**TO DO**
Print the lines in the listing below that fall between the line with "f 471 114 599" and the line with "Line((-15, -5), (9.047913, -5))", those two lines included, exactly as they stand and with nothing else.

════════

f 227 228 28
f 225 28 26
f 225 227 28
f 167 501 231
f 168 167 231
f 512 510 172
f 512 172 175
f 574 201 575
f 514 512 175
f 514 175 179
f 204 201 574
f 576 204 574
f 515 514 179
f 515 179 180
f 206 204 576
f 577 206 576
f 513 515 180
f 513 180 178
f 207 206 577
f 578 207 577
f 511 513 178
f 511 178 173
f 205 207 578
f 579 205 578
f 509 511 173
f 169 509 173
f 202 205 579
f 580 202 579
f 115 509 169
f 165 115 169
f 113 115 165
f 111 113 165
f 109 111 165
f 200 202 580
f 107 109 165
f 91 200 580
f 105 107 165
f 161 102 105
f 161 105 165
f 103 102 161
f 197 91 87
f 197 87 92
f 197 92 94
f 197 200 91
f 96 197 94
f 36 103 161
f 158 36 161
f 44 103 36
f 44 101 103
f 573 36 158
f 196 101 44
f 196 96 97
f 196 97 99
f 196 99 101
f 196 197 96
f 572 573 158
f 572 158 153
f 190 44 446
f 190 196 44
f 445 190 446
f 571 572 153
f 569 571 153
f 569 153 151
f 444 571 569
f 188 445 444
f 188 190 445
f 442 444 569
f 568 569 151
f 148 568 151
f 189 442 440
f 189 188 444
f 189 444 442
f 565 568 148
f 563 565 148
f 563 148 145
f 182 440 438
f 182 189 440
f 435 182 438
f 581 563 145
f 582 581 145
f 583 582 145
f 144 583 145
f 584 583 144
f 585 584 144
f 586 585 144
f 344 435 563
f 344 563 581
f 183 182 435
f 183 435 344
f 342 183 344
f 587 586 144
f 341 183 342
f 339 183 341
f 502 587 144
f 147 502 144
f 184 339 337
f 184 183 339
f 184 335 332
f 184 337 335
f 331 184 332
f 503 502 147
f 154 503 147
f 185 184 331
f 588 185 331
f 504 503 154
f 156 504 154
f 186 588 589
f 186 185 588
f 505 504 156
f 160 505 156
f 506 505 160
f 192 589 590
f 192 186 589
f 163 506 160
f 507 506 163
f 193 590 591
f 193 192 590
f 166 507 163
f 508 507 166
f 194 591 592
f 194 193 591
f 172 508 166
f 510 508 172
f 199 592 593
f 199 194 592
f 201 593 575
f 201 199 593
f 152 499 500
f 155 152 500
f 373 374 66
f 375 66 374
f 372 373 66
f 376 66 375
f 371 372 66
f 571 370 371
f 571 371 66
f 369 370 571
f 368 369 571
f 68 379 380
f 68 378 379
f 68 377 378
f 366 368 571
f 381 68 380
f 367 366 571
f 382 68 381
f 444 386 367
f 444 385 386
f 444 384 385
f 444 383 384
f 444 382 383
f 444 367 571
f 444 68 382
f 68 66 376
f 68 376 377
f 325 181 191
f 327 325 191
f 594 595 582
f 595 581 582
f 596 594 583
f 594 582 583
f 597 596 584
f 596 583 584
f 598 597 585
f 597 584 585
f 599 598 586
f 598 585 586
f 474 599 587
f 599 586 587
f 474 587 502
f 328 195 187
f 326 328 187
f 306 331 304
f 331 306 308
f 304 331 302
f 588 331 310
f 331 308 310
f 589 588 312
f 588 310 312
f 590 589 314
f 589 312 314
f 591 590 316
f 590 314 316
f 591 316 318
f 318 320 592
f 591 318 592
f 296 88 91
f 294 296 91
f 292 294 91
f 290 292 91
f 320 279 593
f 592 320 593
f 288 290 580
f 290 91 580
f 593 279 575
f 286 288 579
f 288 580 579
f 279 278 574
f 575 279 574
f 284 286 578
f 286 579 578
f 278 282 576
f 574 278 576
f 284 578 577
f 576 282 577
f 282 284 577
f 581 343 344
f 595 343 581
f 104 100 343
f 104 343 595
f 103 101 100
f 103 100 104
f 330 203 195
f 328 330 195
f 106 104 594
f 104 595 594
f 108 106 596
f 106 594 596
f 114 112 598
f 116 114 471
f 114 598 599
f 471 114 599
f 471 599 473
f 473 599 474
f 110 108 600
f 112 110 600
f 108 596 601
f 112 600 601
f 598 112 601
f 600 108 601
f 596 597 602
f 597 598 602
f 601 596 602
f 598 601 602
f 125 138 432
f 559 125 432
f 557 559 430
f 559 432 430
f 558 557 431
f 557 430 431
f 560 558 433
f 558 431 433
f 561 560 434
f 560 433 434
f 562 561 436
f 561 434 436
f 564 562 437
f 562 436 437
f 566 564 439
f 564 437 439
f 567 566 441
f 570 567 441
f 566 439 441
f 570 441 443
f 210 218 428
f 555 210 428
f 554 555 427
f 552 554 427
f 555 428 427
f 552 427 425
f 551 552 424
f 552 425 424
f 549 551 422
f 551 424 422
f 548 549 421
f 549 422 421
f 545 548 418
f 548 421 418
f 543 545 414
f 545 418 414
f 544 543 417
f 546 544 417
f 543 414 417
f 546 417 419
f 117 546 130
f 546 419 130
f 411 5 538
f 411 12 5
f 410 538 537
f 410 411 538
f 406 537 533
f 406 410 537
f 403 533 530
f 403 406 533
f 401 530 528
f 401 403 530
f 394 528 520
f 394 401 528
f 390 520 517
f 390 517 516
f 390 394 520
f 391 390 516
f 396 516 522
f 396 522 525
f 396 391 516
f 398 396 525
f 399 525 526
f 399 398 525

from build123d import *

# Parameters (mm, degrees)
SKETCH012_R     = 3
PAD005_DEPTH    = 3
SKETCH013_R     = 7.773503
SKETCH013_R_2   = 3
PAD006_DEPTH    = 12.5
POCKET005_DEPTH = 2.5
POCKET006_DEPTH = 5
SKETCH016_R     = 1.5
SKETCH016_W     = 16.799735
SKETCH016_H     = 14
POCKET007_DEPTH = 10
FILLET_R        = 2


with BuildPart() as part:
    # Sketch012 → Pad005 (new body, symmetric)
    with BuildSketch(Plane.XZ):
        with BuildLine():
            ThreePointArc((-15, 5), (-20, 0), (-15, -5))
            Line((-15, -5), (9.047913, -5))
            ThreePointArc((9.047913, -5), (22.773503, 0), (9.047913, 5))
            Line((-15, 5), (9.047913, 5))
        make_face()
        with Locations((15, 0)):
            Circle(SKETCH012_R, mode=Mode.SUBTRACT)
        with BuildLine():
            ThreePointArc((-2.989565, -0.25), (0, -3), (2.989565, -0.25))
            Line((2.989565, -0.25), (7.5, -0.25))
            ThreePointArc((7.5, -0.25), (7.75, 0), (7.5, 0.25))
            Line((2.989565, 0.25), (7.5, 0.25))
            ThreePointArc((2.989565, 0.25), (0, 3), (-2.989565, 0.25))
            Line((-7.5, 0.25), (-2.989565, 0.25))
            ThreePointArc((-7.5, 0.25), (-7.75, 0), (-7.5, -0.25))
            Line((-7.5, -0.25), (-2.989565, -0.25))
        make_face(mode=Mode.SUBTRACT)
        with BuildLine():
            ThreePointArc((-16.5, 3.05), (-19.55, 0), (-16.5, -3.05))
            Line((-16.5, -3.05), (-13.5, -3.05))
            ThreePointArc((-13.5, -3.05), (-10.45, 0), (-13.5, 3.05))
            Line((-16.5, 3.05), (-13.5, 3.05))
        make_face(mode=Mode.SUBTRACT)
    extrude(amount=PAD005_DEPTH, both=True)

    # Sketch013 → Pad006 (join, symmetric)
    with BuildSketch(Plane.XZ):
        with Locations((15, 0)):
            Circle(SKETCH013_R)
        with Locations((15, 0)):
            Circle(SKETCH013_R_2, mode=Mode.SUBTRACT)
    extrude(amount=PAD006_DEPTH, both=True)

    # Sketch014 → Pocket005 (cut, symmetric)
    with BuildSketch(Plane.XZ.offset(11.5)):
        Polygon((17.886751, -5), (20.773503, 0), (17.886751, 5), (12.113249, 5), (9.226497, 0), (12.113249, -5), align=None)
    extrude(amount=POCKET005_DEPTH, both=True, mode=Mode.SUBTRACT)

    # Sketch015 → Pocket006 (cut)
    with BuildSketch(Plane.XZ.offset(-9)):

════════

**SOLUTION TO THIS PROBLEM**
f 471 114 599
f 471 599 473
f 473 599 474
f 110 108 600
f 112 110 600
f 108 596 601
f 112 600 601
f 598 112 601
f 600 108 601
f 596 597 602
f 597 598 602
f 601 596 602
f 598 601 602
f 125 138 432
f 559 125 432
f 557 559 430
f 559 432 430
f 558 557 431
f 557 430 431
f 560 558 433
f 558 431 433
f 561 560 434
f 560 433 434
f 562 561 436
f 561 434 436
f 564 562 437
f 562 436 437
f 566 564 439
f 564 437 439
f 567 566 441
f 570 567 441
f 566 439 441
f 570 441 443
f 210 218 428
f 555 210 428
f 554 555 427
f 552 554 427
f 555 428 427
f 552 427 425
f 551 552 424
f 552 425 424
f 549 551 422
f 551 424 422
f 548 549 421
f 549 422 421
f 545 548 418
f 548 421 418
f 543 545 414
f 545 418 414
f 544 543 417
f 546 544 417
f 543 414 417
f 546 417 419
f 117 546 130
f 546 419 130
f 411 5 538
f 411 12 5
f 410 538 537
f 410 411 538
f 406 537 533
f 406 410 537
f 403 533 530
f 403 406 533
f 401 530 528
f 401 403 530
f 394 528 520
f 394 401 528
f 390 520 517
f 390 517 516
f 390 394 520
f 391 390 516
f 396 516 522
f 396 522 525
f 396 391 516
f 398 396 525
f 399 525 526
f 399 398 525

from build123d import *

# Parameters (mm, degrees)
SKETCH012_R     = 3
PAD005_DEPTH    = 3
SKETCH013_R     = 7.773503
SKETCH013_R_2   = 3
PAD006_DEPTH    = 12.5
POCKET005_DEPTH = 2.5
POCKET006_DEPTH = 5
SKETCH016_R     = 1.5
SKETCH016_W     = 16.799735
SKETCH016_H     = 14
POCKET007_DEPTH = 10
FILLET_R        = 2


with BuildPart() as part:
    # Sketch012 → Pad005 (new body, symmetric)
    with BuildSketch(Plane.XZ):
        with BuildLine():
            ThreePointArc((-15, 5), (-20, 0), (-15, -5))
            Line((-15, -5), (9.047913, -5))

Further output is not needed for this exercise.